Obama Demonstrates "Fundamental Lack of Integrity"

Rev. Patrick Mahoney of the Christian Defense Coalition provides two possible explanations for Barack Obama’s “resignation” from Trinity United, both of which accuse Obama of base political maneuvering: "Only one of the two following options may be true; for the past twenty years Senator Obama was a member of a church fellowship that was the foundation of his spiritual and moral reasoning -- or -- he sat in the pew of Trinity United Church simply for the political gain such relationships could bring….If his church membership was truly spiritual -- then this action shows a fundamental lack of integrity. Obama's resignation of membership in Trinity United Church demonstrates that he will trade even on his faith for political advantage."

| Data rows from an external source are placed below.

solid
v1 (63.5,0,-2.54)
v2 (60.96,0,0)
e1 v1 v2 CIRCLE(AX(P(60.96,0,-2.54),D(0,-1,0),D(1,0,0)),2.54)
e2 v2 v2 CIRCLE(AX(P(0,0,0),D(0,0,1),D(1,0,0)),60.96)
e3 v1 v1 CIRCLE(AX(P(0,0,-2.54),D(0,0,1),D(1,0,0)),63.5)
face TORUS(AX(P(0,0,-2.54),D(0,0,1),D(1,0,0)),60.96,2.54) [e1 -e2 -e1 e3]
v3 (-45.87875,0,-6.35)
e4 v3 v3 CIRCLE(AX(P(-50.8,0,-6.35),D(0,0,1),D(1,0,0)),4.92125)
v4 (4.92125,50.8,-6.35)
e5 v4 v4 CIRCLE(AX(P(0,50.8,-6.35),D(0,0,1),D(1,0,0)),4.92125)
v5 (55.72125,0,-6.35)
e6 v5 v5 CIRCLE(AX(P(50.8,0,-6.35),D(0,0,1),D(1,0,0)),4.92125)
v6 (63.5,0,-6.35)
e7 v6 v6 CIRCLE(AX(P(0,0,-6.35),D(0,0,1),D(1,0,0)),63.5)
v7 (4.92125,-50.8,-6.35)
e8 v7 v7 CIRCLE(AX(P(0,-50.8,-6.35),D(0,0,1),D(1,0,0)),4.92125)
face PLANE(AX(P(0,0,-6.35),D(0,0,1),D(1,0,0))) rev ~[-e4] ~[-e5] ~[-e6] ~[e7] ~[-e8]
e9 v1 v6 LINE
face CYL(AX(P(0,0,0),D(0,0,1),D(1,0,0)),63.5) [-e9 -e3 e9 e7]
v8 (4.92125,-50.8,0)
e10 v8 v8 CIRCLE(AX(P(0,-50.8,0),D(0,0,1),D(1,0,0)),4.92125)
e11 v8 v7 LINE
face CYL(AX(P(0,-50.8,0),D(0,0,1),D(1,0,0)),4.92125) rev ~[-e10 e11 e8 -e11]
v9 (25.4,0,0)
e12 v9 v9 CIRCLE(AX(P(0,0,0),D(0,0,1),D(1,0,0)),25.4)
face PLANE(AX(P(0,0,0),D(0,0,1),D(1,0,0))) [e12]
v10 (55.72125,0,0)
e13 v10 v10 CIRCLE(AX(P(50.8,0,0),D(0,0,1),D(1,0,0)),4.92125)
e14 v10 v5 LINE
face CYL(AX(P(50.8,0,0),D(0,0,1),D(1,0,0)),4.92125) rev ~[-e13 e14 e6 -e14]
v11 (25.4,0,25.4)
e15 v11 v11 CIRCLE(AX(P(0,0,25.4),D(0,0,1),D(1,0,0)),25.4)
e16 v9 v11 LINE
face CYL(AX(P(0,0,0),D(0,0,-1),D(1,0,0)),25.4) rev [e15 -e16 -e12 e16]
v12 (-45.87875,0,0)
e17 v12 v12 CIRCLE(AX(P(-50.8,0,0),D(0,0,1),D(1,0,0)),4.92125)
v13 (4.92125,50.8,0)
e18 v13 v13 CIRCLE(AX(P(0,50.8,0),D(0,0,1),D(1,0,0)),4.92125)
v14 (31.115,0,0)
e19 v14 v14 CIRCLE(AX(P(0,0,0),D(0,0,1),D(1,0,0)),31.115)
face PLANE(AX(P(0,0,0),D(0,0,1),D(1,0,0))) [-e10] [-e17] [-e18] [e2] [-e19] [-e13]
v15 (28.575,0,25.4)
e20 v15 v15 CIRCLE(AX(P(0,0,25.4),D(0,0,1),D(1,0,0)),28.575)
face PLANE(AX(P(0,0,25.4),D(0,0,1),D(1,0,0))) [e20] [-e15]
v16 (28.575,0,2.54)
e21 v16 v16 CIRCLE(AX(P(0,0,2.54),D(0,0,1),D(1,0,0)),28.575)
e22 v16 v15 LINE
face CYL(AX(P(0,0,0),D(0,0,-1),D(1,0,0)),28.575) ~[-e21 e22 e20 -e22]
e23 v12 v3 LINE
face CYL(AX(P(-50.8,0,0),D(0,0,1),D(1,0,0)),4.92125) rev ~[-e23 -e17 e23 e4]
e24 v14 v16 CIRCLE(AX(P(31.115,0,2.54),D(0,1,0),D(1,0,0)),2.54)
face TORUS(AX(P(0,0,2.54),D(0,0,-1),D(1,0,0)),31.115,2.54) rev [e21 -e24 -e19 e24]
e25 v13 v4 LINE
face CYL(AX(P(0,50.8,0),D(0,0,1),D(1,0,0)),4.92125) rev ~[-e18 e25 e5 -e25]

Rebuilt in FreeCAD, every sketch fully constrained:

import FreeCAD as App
import Part
import Sketcher
Q = App.Units.Quantity


def edges_at(feature, points):
    """Names of the edges that pass closest to the given points."""
    edges = feature.Shape.Edges
    near = lambda p: min(range(len(edges)), key=lambda i: edges[i].distToShape(Part.Vertex(*p))[0])
    return sorted({f"Edge{near(p) + 1}" for p in points})

doc = App.newDocument("Part")
body = doc.addObject("PartDesign::Body", "Body")

# Sketch on XY plane
sketch1 = doc.addObject("Sketcher::SketchObject", "Sketch")
body.addObject(sketch1)
sketch1.AttachmentSupport = (doc.XY_Plane, [""])
sketch1.MapMode = "FlatFace"
sketch1.addGeometry(Part.Circle(App.Vector(0, 0, 0), App.Vector(0, 0, 1), 29), False)
sketch1.addGeometry(Part.Circle(App.Vector(0, 0, 0), App.Vector(0, 0, 1), 25), False)
sketch1.addConstraint(Sketcher.Constraint("Coincident", 0, 3, -1, 1))
sketch1.addConstraint(Sketcher.Constraint("Coincident", 1, 3, -1, 1))
sketch1.addConstraint(Sketcher.Constraint("Diameter", 1, Q("2 in")))
sketch1.addConstraint(Sketcher.Constraint("Diameter", 0, Q("2.25 in")))
pad1 = doc.addObject("PartDesign::Pad", "Pad")
body.addObject(pad1)
pad1.Profile = sketch1
pad1.Length = Q("1 in")

# Sketch on XY plane
sketch2 = doc.addObject("Sketcher::SketchObject", "Sketch001")
body.addObject(sketch2)
sketch2.AttachmentSupport = (doc.XY_Plane, [""])
sketch2.MapMode = "FlatFace"
sketch2.addGeometry(Part.Circle(App.Vector(0, 0, 0), App.Vector(0, 0, 1), 64), False)
sketch2.addConstraint(Sketcher.Constraint("Coincident", 0, 3, -1, 1))
sketch2.addConstraint(Sketcher.Constraint("Diameter", 0, Q("5 in")))
pad2 = doc.addObject("PartDesign::Pad", "Pad001")
body.addObject(pad2)
pad2.Profile = sketch2
pad2.Length = Q("0.25 in")
pad2.Reversed = True
doc.recompute()

fillet = doc.addObject("PartDesign::Fillet", "Fillet")
body.addObject(fillet)
fillet.Base = (pad2, edges_at(pad2, [(-63.5, 0, 0), (-28.575, 0, 0)]))
fillet.Radius = Q("0.1 in")

# Sketch on XY plane
sketch3 = doc.addObject("Sketcher::SketchObject", "Sketch002")
body.addObject(sketch3)
sketch3.AttachmentSupport = (doc.XY_Plane, [""])
sketch3.MapMode = "FlatFace"
sketch3.addGeometry(Part.Circle(App.Vector(50.8, 0, 0), App.Vector(0, 0, 1), 4.9), False)
sketch3.addGeometry(Part.Circle(App.Vector(0, -50.8, 0), App.Vector(0, 0, 1), 4.9), False)
sketch3.addGeometry(Part.Circle(App.Vector(-50.8, 0, 0), App.Vector(0, 0, 1), 4.9), False)
sketch3.addGeometry(Part.Circle(App.Vector(0, 50.8, 0), App.Vector(0, 0, 1), 4.9), False)
sketch3.addConstraint(Sketcher.Constraint("Equal", 0, 1))
sketch3.addConstraint(Sketcher.Constraint("Equal", 1, 2))
sketch3.addConstraint(Sketcher.Constraint("Equal", 2, 3))
sketch3.addConstraint(Sketcher.Constraint("Symmetric", 0, 3, 2, 3, -1, 1))
sketch3.addConstraint(Sketcher.Constraint("Symmetric", 1, 3, 3, 3, -1, 1))
sketch3.addConstraint(Sketcher.Constraint("PointOnObject", 0, 3, -1))
sketch3.addConstraint(Sketcher.Constraint("PointOnObject", 1, 3, -2))
sketch3.addConstraint(Sketcher.Constraint("DistanceX", -1, 1, 0, 3, Q("2 in")))
sketch3.addConstraint(Sketcher.Constraint("DistanceY", 1, 3, -1, 1, Q("2 in")))
sketch3.addConstraint(Sketcher.Constraint("Diameter", 0, Q("0.3875 in")))
pocket1 = doc.addObject("PartDesign::Pocket", "Pocket")
body.addObject(pocket1)
pocket1.Profile = sketch3
pocket1.Type = "ThroughAll"

doc.recompute()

Religious Right: 'True Christians' Only Those with 'Right' Politics

Impugning the religious faith of others based on their political views is one of the basic themes of the Religious Right, but it’s still refreshing to hear it as openly stated as this simple test: a “True Christian” is one who opposes abortion and same-sex marriage.

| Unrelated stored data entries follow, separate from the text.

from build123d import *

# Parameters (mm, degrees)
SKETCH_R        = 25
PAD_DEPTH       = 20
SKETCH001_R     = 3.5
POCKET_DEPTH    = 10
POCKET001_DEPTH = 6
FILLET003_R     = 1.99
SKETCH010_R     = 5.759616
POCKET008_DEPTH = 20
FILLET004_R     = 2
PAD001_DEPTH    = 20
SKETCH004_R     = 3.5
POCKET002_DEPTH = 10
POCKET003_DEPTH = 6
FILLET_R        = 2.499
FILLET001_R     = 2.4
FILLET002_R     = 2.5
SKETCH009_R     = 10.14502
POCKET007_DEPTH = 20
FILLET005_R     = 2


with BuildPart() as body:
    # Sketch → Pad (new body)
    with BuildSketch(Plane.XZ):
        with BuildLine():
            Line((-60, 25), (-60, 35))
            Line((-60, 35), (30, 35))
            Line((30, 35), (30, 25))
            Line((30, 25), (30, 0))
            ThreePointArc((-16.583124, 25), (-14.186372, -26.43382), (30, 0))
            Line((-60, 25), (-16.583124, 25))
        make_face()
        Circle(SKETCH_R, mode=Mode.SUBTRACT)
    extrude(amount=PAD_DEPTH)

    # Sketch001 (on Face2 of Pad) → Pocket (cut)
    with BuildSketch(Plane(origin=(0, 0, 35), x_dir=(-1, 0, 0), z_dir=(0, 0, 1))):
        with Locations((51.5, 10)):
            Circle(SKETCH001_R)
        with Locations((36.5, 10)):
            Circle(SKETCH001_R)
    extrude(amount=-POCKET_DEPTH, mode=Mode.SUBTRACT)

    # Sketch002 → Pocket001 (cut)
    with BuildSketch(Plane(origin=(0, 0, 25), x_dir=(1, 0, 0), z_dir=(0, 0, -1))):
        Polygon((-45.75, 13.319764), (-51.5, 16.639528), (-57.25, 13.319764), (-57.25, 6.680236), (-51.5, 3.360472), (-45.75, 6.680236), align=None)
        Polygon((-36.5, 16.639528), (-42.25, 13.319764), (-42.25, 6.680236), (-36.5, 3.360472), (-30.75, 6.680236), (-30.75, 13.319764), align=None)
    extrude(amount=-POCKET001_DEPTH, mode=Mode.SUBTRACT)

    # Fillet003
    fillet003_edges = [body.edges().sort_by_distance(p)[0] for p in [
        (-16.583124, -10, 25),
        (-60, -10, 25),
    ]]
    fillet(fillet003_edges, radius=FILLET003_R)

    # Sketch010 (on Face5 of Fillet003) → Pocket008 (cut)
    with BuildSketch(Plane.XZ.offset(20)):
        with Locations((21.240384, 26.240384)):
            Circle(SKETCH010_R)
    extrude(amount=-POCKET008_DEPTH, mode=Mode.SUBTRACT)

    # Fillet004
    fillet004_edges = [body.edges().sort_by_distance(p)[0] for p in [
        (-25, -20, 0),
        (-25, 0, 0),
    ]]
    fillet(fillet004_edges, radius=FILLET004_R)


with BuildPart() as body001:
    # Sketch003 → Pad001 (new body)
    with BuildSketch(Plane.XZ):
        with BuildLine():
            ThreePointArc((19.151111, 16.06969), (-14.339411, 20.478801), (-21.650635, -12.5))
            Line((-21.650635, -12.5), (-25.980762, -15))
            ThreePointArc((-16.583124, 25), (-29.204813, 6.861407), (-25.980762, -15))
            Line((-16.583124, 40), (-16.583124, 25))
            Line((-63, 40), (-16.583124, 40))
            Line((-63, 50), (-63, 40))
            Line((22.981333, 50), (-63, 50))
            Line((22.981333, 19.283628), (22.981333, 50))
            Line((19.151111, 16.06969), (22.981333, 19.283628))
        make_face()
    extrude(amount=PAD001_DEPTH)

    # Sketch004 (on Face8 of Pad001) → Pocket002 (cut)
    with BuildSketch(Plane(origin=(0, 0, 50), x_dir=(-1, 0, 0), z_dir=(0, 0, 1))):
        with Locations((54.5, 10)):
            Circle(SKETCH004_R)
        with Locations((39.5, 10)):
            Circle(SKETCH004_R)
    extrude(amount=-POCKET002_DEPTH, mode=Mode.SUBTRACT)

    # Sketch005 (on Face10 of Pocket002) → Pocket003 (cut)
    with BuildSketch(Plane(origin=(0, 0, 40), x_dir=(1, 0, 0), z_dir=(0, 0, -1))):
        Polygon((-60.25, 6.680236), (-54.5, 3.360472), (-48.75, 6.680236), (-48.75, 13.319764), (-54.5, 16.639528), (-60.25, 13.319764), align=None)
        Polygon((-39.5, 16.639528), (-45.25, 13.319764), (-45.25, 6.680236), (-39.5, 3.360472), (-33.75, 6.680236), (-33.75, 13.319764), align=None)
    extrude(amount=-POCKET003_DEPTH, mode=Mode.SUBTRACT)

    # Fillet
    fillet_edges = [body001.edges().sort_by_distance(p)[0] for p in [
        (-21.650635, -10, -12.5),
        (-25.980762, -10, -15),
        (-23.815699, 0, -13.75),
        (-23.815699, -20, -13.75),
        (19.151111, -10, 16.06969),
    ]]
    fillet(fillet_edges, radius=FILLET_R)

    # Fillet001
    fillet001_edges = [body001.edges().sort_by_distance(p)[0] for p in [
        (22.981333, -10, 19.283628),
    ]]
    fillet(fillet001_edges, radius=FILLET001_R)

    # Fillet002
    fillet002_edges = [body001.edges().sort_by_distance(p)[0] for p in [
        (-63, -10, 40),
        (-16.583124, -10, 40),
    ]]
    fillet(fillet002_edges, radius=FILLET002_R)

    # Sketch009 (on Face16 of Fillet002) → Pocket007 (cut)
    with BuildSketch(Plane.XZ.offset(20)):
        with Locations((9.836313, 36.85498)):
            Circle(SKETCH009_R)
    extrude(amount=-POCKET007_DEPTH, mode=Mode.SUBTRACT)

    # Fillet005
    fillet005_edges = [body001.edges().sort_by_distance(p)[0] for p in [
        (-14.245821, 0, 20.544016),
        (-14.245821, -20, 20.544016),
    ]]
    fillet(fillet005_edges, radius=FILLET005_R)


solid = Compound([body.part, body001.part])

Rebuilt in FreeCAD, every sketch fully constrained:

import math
import FreeCAD as App
import Part
import Sketcher

V = App.Vector
Q = App.Units.Quantity


def edges_at(feature, points):
    """Names of the edges that pass closest to the given points."""
    edges = feature.Shape.Edges
    near = lambda p: min(range(len(edges)), key=lambda i: edges[i].distToShape(Part.Vertex(*p))[0])
    return sorted({f"Edge{near(p) + 1}" for p in points})


def add_polygon(sketch, points):
    """Adds a closed chain of lines whose ends are joined by coincident constraints."""
    first, n = sketch.GeometryCount, len(points)
    for a, b in zip(points, points[1:] + points[:1]):
        sketch.addGeometry(Part.LineSegment(App.Vector(*a, 0), App.Vector(*b, 0)), False)
    for i in range(n):
        sketch.addConstraint(Sketcher.Constraint("Coincident", first + i, 2, first + (i + 1) % n, 1))

doc = App.newDocument("Part")
params = doc.addObject("Spreadsheet::Sheet", "Params")
for row, (alias, value) in enumerate([
    ("sketch1_diameter", "50 mm"),
    ("sketch1_radius", "30 mm"),
    ("sketch1_width", "90 mm"),
    ("sketch1_height", "10 mm"),
    ("sketch1_height2", "35 mm"),
    ("pad1_length", "20 mm"),
    ("sketch2_diameter", "7 mm"),
    ("pocket1_length", "10 mm"),
    ("pocket2_length", "6 mm"),
    ("fillet_radius", "1.99 mm"),
    ("pocket3_length", "20 mm"),
    ("fillet2_radius", "2 mm"),
    ("sketch5_radius", "25 mm"),
    ("sketch5_radius2", "29.999999 mm"),
    ("sketch5_height", "10 mm"),
    ("sketch5_height2", "15 mm"),
    ("pad2_length", "20 mm"),
    ("sketch6_diameter", "7 mm"),
    ("pocket4_length", "10 mm"),
    ("pocket5_length", "6 mm"),
    ("fillet3_radius", "2.499 mm"),
    ("fillet4_radius", "2.4 mm"),
    ("fillet5_radius", "2.5 mm"),
    ("pocket6_length", "20 mm"),
    ("fillet6_radius", "2 mm"),
], start=1):
    params.set(f"A{row}", alias)
    params.set(f"B{row}", "=" + value)
    params.setAlias(f"B{row}", alias)

body = doc.addObject("PartDesign::Body", "Body")

# Sketch on XZ plane
sketch1 = body.newObject("Sketcher::SketchObject", "Sketch")
sketch1.AttachmentSupport = (doc.getObject("XZ_Plane"), [""])
sketch1.MapMode = "FlatFace"
sketch1.addGeometry(Part.LineSegment(V(-60, 35, 0), V(-60, 25, 0)), False)
sketch1.addGeometry(Part.LineSegment(V(-60, 25, 0), V(-17, 25, 0)), False)
sketch1.addGeometry(Part.ArcOfCircle(Part.Circle(V(0, 0, 0), V(0, 0, 1), 30), math.radians(124), math.radians(360)), False)
sketch1.addGeometry(Part.LineSegment(V(30, 0, 0), V(30, 35, 0)), False)
sketch1.addGeometry(Part.LineSegment(V(30, 35, 0), V(-60, 35, 0)), False)
sketch1.addGeometry(Part.Circle(V(0, 0, 0), V(0, 0, 1), 25), False)
sketch1.addConstraint(Sketcher.Constraint("Coincident", 0, 2, 1, 1))
sketch1.addConstraint(Sketcher.Constraint("Coincident", 1, 2, 2, 1))
sketch1.addConstraint(Sketcher.Constraint("Tangent", 2, 2, 3, 1))
sketch1.addConstraint(Sketcher.Constraint("Coincident", 3, 2, 4, 1))
sketch1.addConstraint(Sketcher.Constraint("Coincident", 4, 2, 0, 1))
sketch1.addConstraint(Sketcher.Constraint("Vertical", 0))
sketch1.addConstraint(Sketcher.Constraint("Horizontal", 1))
sketch1.addConstraint(Sketcher.Constraint("Vertical", 3))
sketch1.addConstraint(Sketcher.Constraint("Horizontal", 4))
sketch1.addConstraint(Sketcher.Constraint("Coincident", 2, 3, -1, 1))
sketch1.addConstraint(Sketcher.Constraint("Coincident", 5, 3, -1, 1))
sketch1.addConstraint(Sketcher.Constraint("Diameter", 5, 50.0))
sketch1.addConstraint(Sketcher.Constraint("Radius", 2, 30.0))
sketch1.addConstraint(Sketcher.Constraint("DistanceX", 4, 2, 4, 1, 90.0))
sketch1.addConstraint(Sketcher.Constraint("DistanceY", 0, 2, 0, 1, 10.0))
sketch1.addConstraint(Sketcher.Constraint("DistanceY", 3, 1, 3, 2, 35.0))
sketch1.setExpression("Constraints[11]", "Params.sketch1_diameter")
sketch1.setExpression("Constraints[12]", "Params.sketch1_radius")
sketch1.setExpression("Constraints[13]", "Params.sketch1_width")
sketch1.setExpression("Constraints[14]", "Params.sketch1_height")
sketch1.setExpression("Constraints[15]", "Params.sketch1_height2")
pad1 = body.newObject("PartDesign::Pad", "Pad")
pad1.Profile = sketch1
pad1.setExpression("Length", "Params.pad1_length")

That’s the message of “True Christian VP,” a petition drive from Gary Cass’s “Christian Anti-Defamation Commission,” which is “calling for each candidate to select a true Christian as a running mate for the all important 2008 elections.” And in case there might be any confusion, the group has narrowed down the definition of “true Christian” to two criteria:

What qualifications are embodied in a truly Christian candidate for the Vice Presidency? Quite simply, the candidate will demonstrate actions and hold the beliefs personified by all of us who proclaim the name of Jesus Christ as Savior: the need to be re-born in Christ and the affirmation of historic Christianity, having a demonstrable and proven record of support for traditional Christian morality.

A life of dedicated Christian service to the public is demonstrated by the following:

Support for traditional marriage. As a Christian, the candidate for Vice President must affirm that marriage is an institution created by God and defined as a union between one man and one woman. …

Support for the Right to Life, proclaimed in the Declaration of Independence, without exception.

The group also clarifies that, for example, the two Democratic candidates for president would not qualify as “real Christians”:

Who is the real Christian seeking the Presidency of the United States?

The three major presidential candidates, Democrats Barrack [sic] Obama, Hillary Rodham Clinton, and Republican John McCain have presented Christian voters with a vexing problem for Christians.  Both Mr. Obama and Ms. Clinton have declared they are Christians, yet based on their votes, both have consistently demonstrated a failure to support the values and policy positions important to Christians. While Mr. McCain proclaims support for traditional Christian values and morality, he has chosen to not discuss his own religious beliefs.

Since founding his group last year, Cass has concentrated on promoting two ideas: one, that Christianity is being persecuted (or “bashed”), and two, that other people’s faith is fair game. In particular, Cass attacked Mormon candidate Mitt Romney for his religion’s supposed “secret rituals” and “hostility to Christianity.” Presumably Cass isn’t happy that Romney is being floated as a potential running mate for McCain.

This counterintuitive notion—that Christianity is to be defended from persecution in public culture by attacking others’ faith—is apparently shared by the so-called Christian Defense Coalition, which attacked Obama over the weekend for resigning from his church after public disagreements. “[I]f his church membership was truly spiritual -- then this action shows a fundamental lack of integrity,” declared Patrick Mahoney, who has attacked Obama’s religious credentials for some time. “Obama's resignation of membership in Trinity United Church demonstrates that he will trade even on his faith for political advantage.”